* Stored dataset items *
════

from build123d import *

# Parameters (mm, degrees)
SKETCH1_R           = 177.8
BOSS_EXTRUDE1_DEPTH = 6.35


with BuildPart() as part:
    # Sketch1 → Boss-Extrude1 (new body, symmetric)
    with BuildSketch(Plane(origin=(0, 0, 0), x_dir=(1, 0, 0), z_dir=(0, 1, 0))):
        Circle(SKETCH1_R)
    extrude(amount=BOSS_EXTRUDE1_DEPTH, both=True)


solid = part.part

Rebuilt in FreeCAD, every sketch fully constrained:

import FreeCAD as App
import Part
import Sketcher
from FreeCAD import Vector
Q = App.Units.Quantity

doc = App.newDocument("Part")
body = doc.addObject("PartDesign::Body", "Body")

# Sketch on XZ plane
sketch1 = body.newObject("Sketcher::SketchObject", "Sketch")
sketch1.AttachmentSupport = (doc.getObject("XZ_Plane"), [""])
sketch1.MapMode = "FlatFace"
sketch1.addGeometry(Part.Circle(Vector(0, 0, 0), Vector(0, 0, 1), 177.8), False)
sketch1.addConstraint(Sketcher.Constraint("Coincident", 0, 3, -1, 1))
sketch1.addConstraint(Sketcher.Constraint("Diameter", 0, Q("14 in")))
pad1 = body.newObject("PartDesign::Pad", "Pad")
pad1.Profile = sketch1
pad1.Length = Q("0.5 in")
pad1.Midplane = True

doc.recompute()
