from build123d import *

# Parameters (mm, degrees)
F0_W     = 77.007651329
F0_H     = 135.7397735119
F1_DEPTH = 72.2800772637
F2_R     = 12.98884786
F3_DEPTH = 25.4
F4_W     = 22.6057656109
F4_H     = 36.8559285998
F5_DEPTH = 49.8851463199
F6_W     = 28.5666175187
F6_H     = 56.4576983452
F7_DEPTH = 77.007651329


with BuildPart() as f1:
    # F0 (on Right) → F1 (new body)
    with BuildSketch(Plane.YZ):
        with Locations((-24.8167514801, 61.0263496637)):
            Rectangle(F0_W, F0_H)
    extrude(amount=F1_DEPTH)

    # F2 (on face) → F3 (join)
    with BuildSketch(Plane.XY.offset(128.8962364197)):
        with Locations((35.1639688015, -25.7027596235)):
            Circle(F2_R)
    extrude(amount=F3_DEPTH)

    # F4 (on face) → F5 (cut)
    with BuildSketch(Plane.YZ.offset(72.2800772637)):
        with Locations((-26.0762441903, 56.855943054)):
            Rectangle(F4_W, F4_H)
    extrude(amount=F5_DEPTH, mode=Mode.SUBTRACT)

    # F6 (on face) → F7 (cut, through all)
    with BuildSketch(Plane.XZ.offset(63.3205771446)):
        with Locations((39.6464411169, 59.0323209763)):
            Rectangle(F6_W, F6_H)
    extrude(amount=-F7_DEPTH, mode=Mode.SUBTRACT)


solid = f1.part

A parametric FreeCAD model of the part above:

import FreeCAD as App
import Part
import Sketcher
from FreeCAD import Vector
Q = App.Units.Quantity


def add_polygon(sketch, points):
    """Adds a closed chain of lines whose ends are joined by coincident constraints."""
    first, n = sketch.GeometryCount, len(points)
    for a, b in zip(points, points[1:] + points[:1]):
        sketch.addGeometry(Part.LineSegment(App.Vector(*a, 0), App.Vector(*b, 0)), False)
    for i in range(n):
        sketch.addConstraint(Sketcher.Constraint("Coincident", first + i, 2, first + (i + 1) % n, 1))

doc = App.newDocument("Part")
params = doc.addObject("Spreadsheet::Sheet", "Params")
for row, (alias, value) in enumerate([
    ("pad1_length", "72.280077 mm"),
    ("pad2_length", "1 in"),
    ("pocket1_length", "49.885146 mm"),
], start=1):
    params.set(f"A{row}", alias)
    params.set(f"B{row}", "=" + value)
    params.setAlias(f"B{row}", alias)

body = doc.addObject("PartDesign::Body", "Body")

sketch1 = body.newObject("Sketcher::SketchObject", "Sketch")
sketch1.AttachmentSupport = (doc.getObject("YZ_Plane"), [""])
sketch1.MapMode = "FlatFace"
add_polygon(sketch1, [(-63.320577, 128.896236), (-63.320577, -6.843537), (13.687074, -6.843537), (13.687074, 128.896236)])
sketch1.addConstraint(Sketcher.Constraint("Vertical", 0))
sketch1.addConstraint(Sketcher.Constraint("Horizontal", 1))
sketch1.addConstraint(Sketcher.Constraint("Vertical", 2))
sketch1.addConstraint(Sketcher.Constraint("Horizontal", 3))
sketch1.addConstraint(Sketcher.Constraint("DistanceX", 1, 1, 1, 2, Q("77.007651 mm")))
sketch1.addConstraint(Sketcher.Constraint("DistanceY", 0, 2, 0, 1, Q("135.739774 mm")))
sketch1.addConstraint(Sketcher.Constraint("DistanceX", 0, 2, -1, 1, Q("63.320577 mm")))
sketch1.addConstraint(Sketcher.Constraint("DistanceY", 0, 2, -1, 1, Q("6.843537 mm")))
pad1 = body.newObject("PartDesign::Pad", "Pad")
pad1.Profile = sketch1
pad1.setExpression("Length", "Params.pad1_length")

sketch2 = body.newObject("Sketcher::SketchObject", "Sketch001")
sketch2.AttachmentSupport = (doc.getObject("XY_Plane"), [""])
sketch2.MapMode = "FlatFace"
sketch2.AttachmentOffset = App.Placement(Vector(0, 0, 128.896236), App.Rotation())
sketch2.addGeometry(Part.Circle(Vector(35.163969, -25.70276, 0), Vector(0, 0, 1), 12.988848), False)
sketch2.addConstraint(Sketcher.Constraint("Diameter", 0, Q("25.977696 mm")))
sketch2.addConstraint(Sketcher.Constraint("DistanceX", -1, 1, 0, 3, Q("35.163969 mm")))
sketch2.addConstraint(Sketcher.Constraint("DistanceY", 0, 3, -1, 1, Q("25.70276 mm")))
pad2 = body.newObject("PartDesign::Pad", "Pad001")
pad2.Profile = sketch2
pad2.setExpression("Length", "Params.pad2_length")

sketch3 = body.newObject("Sketcher::SketchObject", "Sketch002")
sketch3.AttachmentSupport = (doc.getObject("YZ_Plane"), [""])
sketch3.MapMode = "FlatFace"
sketch3.AttachmentOffset = App.Placement(Vector(0, 0, 72.280077), App.Rotation())
add_polygon(sketch3, [(-37.379127, 75.283907), (-37.379127, 38.427979), (-14.773361, 38.427979), (-14.773361, 75.283907)])
sketch3.addConstraint(Sketcher.Constraint("Vertical", 0))
sketch3.addConstraint(Sketcher.Constraint("Horizontal", 1))
sketch3.addConstraint(Sketcher.Constraint("Vertical", 2))
sketch3.addConstraint(Sketcher.Constraint("Horizontal", 3))
sketch3.addConstraint(Sketcher.Constraint("DistanceY", 0, 2, 0, 1, Q("36.855929 mm")))
sketch3.addConstraint(Sketcher.Constraint("DistanceX", 1, 1, 1, 2, Q("22.605766 mm")))
sketch3.addConstraint(Sketcher.Constraint("DistanceY", -1, 1, 0, 2, Q("38.427979 mm")))
sketch3.addConstraint(Sketcher.Constraint("DistanceX", 1, 2, -1, 1, Q("14.773361 mm")))
pocket1 = body.newObject("PartDesign::Pocket", "Pocket")
pocket1.Profile = sketch3
pocket1.setExpression("Length", "Params.pocket1_length")
pocket1.Reversed = True

sketch4 = body.newObject("Sketcher::SketchObject", "Sketch003")
sketch4.AttachmentSupport = (doc.getObject("XZ_Plane"), [""])
sketch4.MapMode = "FlatFace"
sketch4.AttachmentOffset = App.Placement(Vector(0, 0, 63.320577), App.Rotation())
add_polygon(sketch4, [(25.363132, 87.26117), (25.363132, 30.803472), (53.92975, 30.803472), (53.92975, 87.26117)])
sketch4.addConstraint(Sketcher.Constraint("Vertical", 0))
sketch4.addConstraint(Sketcher.Constraint("Horizontal", 1))
sketch4.addConstraint(Sketcher.Constraint("Vertical", 2))
sketch4.addConstraint(Sketcher.Constraint("Horizontal", 3))
sketch4.addConstraint(Sketcher.Constraint("DistanceY", 0, 2, 0, 1, Q("56.457698 mm")))
sketch4.addConstraint(Sketcher.Constraint("DistanceX", 1, 1, 1, 2, Q("28.566618 mm")))
sketch4.addConstraint(Sketcher.Constraint("DistanceY", -1, 1, 0, 2, Q("30.803472 mm")))
sketch4.addConstraint(Sketcher.Constraint("DistanceX", -1, 1, 1, 2, Q("53.92975 mm")))
pocket2 = body.newObject("PartDesign::Pocket", "Pocket001")
pocket2.Profile = sketch4
pocket2.Type = "ThroughAll"

doc.recompute()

════

Copy out each line from the preceding entries that mentions the word "amount".

    extrude(amount=BOSS_EXTRUDE1_DEPTH, both=True)
    extrude(amount=F1_DEPTH)
    extrude(amount=F3_DEPTH)
    extrude(amount=F5_DEPTH, mode=Mode.SUBTRACT)
    extrude(amount=-F7_DEPTH, mode=Mode.SUBTRACT)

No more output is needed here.